[Stored items]

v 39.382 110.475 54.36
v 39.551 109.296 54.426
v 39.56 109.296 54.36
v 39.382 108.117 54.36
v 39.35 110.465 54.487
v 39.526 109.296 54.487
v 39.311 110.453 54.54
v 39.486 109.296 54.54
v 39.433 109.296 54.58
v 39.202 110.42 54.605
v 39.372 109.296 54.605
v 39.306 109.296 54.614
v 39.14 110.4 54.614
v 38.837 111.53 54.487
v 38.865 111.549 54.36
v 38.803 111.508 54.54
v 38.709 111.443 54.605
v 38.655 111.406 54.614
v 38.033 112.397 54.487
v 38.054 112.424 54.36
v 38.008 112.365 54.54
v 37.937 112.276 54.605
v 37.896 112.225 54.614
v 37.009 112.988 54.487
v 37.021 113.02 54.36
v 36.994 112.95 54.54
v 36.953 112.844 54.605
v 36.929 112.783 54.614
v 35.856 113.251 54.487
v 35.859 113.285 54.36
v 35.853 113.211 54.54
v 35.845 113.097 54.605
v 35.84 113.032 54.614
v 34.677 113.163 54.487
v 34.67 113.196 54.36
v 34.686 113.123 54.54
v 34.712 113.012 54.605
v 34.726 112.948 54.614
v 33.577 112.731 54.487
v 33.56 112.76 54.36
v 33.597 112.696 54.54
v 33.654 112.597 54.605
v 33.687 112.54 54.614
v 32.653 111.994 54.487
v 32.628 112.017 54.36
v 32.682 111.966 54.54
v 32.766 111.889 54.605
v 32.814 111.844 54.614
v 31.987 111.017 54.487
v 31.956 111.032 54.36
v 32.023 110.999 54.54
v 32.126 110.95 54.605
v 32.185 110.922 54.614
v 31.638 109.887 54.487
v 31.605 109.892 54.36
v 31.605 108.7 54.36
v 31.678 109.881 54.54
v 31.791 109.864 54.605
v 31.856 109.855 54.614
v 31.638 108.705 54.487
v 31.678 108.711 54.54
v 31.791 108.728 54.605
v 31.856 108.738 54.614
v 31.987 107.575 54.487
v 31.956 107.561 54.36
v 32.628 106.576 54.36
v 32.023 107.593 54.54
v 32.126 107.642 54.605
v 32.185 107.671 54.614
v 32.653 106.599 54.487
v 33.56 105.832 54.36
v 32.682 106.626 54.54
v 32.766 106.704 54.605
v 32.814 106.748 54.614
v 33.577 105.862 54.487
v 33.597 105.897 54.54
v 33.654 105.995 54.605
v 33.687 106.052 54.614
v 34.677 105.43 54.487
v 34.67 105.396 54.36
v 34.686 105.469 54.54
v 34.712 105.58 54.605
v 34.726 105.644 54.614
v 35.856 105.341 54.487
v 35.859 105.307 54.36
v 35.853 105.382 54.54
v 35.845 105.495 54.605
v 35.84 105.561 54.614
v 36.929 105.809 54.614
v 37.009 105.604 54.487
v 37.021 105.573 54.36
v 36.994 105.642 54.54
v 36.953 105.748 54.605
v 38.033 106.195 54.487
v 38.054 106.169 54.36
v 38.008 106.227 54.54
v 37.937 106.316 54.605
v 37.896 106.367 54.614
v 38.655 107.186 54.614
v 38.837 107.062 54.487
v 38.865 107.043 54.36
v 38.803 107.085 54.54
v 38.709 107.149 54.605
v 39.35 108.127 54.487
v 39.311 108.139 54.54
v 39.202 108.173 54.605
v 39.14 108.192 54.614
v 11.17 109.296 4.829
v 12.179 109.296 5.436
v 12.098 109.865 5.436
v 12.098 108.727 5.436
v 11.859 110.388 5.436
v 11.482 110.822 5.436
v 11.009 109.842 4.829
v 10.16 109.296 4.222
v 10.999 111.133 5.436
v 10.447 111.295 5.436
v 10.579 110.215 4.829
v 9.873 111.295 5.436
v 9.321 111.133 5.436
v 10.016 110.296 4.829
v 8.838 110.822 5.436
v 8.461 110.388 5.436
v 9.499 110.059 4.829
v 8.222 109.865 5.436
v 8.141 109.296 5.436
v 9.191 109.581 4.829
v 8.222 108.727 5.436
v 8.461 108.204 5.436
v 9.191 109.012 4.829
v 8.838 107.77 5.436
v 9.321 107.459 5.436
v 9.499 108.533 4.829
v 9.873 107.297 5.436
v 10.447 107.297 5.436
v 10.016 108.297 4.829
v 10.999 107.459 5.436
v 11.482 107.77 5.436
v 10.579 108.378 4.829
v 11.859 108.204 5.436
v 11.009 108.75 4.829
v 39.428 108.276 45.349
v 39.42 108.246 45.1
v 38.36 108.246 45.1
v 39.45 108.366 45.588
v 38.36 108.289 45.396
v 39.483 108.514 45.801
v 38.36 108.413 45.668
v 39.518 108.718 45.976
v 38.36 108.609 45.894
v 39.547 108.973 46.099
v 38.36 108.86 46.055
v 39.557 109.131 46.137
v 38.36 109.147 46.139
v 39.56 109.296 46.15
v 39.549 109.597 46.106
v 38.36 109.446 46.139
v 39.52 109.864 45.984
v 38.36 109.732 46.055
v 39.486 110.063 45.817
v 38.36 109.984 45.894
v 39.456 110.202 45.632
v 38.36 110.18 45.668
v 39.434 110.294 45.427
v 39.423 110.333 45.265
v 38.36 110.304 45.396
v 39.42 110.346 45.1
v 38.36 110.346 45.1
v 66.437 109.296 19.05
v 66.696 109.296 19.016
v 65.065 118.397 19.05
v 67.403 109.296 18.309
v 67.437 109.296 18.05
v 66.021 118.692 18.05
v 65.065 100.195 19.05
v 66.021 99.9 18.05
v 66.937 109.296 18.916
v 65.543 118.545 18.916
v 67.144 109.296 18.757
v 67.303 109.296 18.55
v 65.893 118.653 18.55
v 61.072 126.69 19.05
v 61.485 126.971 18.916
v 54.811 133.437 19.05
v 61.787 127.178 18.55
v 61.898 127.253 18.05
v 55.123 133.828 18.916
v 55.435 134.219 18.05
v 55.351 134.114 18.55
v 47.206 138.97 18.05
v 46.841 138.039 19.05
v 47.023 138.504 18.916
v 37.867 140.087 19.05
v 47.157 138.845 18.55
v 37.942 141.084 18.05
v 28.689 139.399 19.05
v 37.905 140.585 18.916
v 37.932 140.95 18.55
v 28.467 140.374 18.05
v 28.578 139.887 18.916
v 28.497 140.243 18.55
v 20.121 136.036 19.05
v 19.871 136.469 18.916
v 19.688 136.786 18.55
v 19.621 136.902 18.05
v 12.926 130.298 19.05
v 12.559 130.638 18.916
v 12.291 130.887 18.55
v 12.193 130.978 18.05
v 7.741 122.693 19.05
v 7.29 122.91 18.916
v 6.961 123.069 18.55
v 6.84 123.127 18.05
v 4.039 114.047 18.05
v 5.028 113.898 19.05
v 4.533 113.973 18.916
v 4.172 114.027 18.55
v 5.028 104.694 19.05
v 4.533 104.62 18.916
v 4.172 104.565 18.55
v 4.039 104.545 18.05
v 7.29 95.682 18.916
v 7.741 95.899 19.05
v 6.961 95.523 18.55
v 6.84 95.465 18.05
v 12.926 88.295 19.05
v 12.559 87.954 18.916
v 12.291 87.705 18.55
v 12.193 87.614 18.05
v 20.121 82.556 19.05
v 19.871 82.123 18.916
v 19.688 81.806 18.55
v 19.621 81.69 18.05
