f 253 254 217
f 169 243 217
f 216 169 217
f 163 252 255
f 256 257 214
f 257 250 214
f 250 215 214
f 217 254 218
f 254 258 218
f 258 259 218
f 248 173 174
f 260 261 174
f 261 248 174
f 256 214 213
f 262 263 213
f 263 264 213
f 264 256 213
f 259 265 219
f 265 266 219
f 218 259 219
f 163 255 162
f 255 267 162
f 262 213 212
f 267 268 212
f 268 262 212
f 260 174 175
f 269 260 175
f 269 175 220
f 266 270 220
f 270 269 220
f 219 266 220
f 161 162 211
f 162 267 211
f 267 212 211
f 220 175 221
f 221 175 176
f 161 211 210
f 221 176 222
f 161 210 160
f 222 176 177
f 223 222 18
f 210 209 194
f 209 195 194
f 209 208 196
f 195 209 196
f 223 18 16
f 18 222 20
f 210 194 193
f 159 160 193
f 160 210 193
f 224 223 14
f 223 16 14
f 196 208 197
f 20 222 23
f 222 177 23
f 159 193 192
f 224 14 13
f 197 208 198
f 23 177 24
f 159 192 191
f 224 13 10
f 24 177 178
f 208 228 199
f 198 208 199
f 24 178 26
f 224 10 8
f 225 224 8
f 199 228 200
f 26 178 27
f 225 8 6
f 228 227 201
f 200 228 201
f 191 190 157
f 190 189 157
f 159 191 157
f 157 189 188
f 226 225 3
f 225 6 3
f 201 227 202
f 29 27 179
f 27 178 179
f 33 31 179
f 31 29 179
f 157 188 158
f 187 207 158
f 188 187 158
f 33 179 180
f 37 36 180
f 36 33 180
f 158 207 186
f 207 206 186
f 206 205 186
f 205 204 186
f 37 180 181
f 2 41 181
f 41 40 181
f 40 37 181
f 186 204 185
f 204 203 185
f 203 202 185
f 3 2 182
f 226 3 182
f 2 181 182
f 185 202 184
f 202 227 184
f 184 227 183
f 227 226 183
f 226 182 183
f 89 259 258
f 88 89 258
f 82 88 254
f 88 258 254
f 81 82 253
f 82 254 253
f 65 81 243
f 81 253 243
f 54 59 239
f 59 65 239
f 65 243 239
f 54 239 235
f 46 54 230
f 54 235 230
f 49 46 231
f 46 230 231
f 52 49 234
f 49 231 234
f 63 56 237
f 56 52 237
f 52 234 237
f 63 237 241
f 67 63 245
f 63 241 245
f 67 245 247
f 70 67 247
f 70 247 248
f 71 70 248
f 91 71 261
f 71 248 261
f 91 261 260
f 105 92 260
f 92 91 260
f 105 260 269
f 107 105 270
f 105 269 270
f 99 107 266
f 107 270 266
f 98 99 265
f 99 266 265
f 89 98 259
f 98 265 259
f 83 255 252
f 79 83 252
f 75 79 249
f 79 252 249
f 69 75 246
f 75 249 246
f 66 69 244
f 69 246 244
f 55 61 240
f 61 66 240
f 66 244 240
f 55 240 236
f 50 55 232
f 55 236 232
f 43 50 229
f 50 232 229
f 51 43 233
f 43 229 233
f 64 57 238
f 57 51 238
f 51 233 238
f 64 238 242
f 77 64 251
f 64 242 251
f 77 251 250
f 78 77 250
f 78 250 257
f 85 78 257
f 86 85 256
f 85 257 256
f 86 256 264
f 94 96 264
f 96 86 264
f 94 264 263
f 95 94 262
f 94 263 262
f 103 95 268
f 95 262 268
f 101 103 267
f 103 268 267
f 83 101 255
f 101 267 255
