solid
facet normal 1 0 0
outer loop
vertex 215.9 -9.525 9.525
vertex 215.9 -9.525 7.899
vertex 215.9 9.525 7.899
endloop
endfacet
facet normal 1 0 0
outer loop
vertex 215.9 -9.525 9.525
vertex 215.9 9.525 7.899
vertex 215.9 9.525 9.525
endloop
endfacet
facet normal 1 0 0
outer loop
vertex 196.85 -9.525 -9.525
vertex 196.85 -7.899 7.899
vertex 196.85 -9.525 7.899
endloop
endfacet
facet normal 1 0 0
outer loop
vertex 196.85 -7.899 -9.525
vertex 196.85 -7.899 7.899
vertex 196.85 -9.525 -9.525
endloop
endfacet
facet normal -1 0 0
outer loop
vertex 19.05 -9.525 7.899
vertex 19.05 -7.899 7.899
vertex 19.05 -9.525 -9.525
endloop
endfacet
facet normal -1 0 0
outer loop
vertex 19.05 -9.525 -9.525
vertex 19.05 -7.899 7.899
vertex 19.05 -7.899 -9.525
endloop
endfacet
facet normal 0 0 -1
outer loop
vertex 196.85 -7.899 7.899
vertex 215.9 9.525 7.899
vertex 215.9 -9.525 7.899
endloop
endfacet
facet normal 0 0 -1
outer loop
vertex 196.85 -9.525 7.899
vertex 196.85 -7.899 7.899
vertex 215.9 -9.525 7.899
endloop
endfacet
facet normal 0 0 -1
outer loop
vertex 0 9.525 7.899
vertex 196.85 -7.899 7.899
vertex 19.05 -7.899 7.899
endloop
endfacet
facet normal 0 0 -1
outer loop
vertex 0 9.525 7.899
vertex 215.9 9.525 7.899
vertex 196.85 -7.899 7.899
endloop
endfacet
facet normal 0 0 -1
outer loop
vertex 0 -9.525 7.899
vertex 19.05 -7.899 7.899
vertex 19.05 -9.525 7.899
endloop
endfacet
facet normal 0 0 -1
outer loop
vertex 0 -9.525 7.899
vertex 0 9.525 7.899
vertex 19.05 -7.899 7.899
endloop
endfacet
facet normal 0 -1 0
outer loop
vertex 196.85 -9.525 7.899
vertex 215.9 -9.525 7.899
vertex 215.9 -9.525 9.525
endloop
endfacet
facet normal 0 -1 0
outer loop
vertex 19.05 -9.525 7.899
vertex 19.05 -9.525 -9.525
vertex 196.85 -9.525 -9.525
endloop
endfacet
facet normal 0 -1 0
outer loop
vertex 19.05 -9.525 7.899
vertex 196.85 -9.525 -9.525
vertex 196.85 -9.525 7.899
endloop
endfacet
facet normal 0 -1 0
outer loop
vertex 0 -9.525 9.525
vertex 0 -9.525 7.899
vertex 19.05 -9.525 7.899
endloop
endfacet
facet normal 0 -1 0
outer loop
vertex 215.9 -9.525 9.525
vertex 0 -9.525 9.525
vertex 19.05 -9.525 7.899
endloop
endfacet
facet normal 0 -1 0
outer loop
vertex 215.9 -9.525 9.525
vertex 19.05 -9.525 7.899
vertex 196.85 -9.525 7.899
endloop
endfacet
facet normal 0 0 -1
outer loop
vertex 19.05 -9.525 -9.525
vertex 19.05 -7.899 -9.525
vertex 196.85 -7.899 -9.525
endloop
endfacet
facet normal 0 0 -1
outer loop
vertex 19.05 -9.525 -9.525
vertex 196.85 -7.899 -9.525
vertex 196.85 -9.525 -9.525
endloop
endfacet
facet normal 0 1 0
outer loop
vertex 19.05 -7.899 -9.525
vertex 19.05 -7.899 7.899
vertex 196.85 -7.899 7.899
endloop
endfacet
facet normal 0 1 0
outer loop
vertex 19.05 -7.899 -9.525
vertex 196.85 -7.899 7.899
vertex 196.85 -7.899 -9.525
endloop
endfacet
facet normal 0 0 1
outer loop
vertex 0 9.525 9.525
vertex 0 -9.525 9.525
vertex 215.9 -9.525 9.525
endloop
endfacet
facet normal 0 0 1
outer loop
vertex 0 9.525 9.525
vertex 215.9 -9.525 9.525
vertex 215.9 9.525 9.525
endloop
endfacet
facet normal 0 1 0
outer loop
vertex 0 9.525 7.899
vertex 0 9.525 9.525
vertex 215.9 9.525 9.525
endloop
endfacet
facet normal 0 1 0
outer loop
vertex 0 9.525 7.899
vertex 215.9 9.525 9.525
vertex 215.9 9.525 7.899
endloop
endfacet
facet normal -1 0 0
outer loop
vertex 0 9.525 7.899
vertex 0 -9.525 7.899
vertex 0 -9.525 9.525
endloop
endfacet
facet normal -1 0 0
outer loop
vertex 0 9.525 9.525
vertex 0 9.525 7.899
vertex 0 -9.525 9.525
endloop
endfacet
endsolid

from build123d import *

# Parameters (mm, degrees)
BOSS_EXTRUDE1_DEPTH = 215.9
CUT_EXTRUDE1_REACH  = 218.811
SKETCH2_W           = 19.05
SKETCH2_H           = 17.4244


with BuildPart() as part:
    # Sketch1 → Boss-Extrude1 (new body)
    with BuildSketch(Plane(origin=(0, 0, 0), x_dir=(0, 0, -1), z_dir=(1, 0, 0))):
        Polygon((-7.8994, -7.8994), (9.525, -7.8994), (9.525, -9.525), (-9.525, -9.525), (-9.525, 9.525), (-7.8994, 9.525), align=None)
    extrude(amount=BOSS_EXTRUDE1_DEPTH)

    # Sketch2 → Cut-Extrude1 (cut, up to next)
    with BuildSketch(Plane(origin=(0, -7.8994, 0), x_dir=(1, 0, 0), z_dir=(0, 1, 0)), mode=Mode.PRIVATE) as cut_extrude1_sk1:
        with Locations((9.525, 0.8128)):
            Rectangle(SKETCH2_W, SKETCH2_H)
    cut_extrude1_tool1 = extrude(cut_extrude1_sk1.sketch, amount=-CUT_EXTRUDE1_REACH, mode=Mode.PRIVATE) & part.part
    # Sketch2 → Cut-Extrude1 (cut, up to next)
    with BuildSketch(Plane(origin=(0, -7.8994, 0), x_dir=(1, 0, 0), z_dir=(0, 1, 0)), mode=Mode.PRIVATE) as cut_extrude1_sk2:
        with Locations((206.375, 0.8128)):
            Rectangle(SKETCH2_W, SKETCH2_H)
    cut_extrude1_tool2 = extrude(cut_extrude1_sk2.sketch, amount=-CUT_EXTRUDE1_REACH, mode=Mode.PRIVATE) & part.part
    add(cut_extrude1_tool1.solids().sort_by_distance((9.525, -7.8994, -0.8128))[0], mode=Mode.SUBTRACT)
    add(cut_extrude1_tool2.solids().sort_by_distance((206.375, -7.8994, -0.8128))[0], mode=Mode.SUBTRACT)


solid = part.part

▶ [EXERCISE DETAILS]: Word for word, set down the lines from the beginning of the records through the line that holds "v 38.803 111.508 54.54". Leave out the rest.

▶ [EXPECTED OUTPUT]:
v 39.382 110.475 54.36
v 39.551 109.296 54.426
v 39.56 109.296 54.36
v 39.382 108.117 54.36
v 39.35 110.465 54.487
v 39.526 109.296 54.487
v 39.311 110.453 54.54
v 39.486 109.296 54.54
v 39.433 109.296 54.58
v 39.202 110.42 54.605
v 39.372 109.296 54.605
v 39.306 109.296 54.614
v 39.14 110.4 54.614
v 38.837 111.53 54.487
v 38.865 111.549 54.36
v 38.803 111.508 54.54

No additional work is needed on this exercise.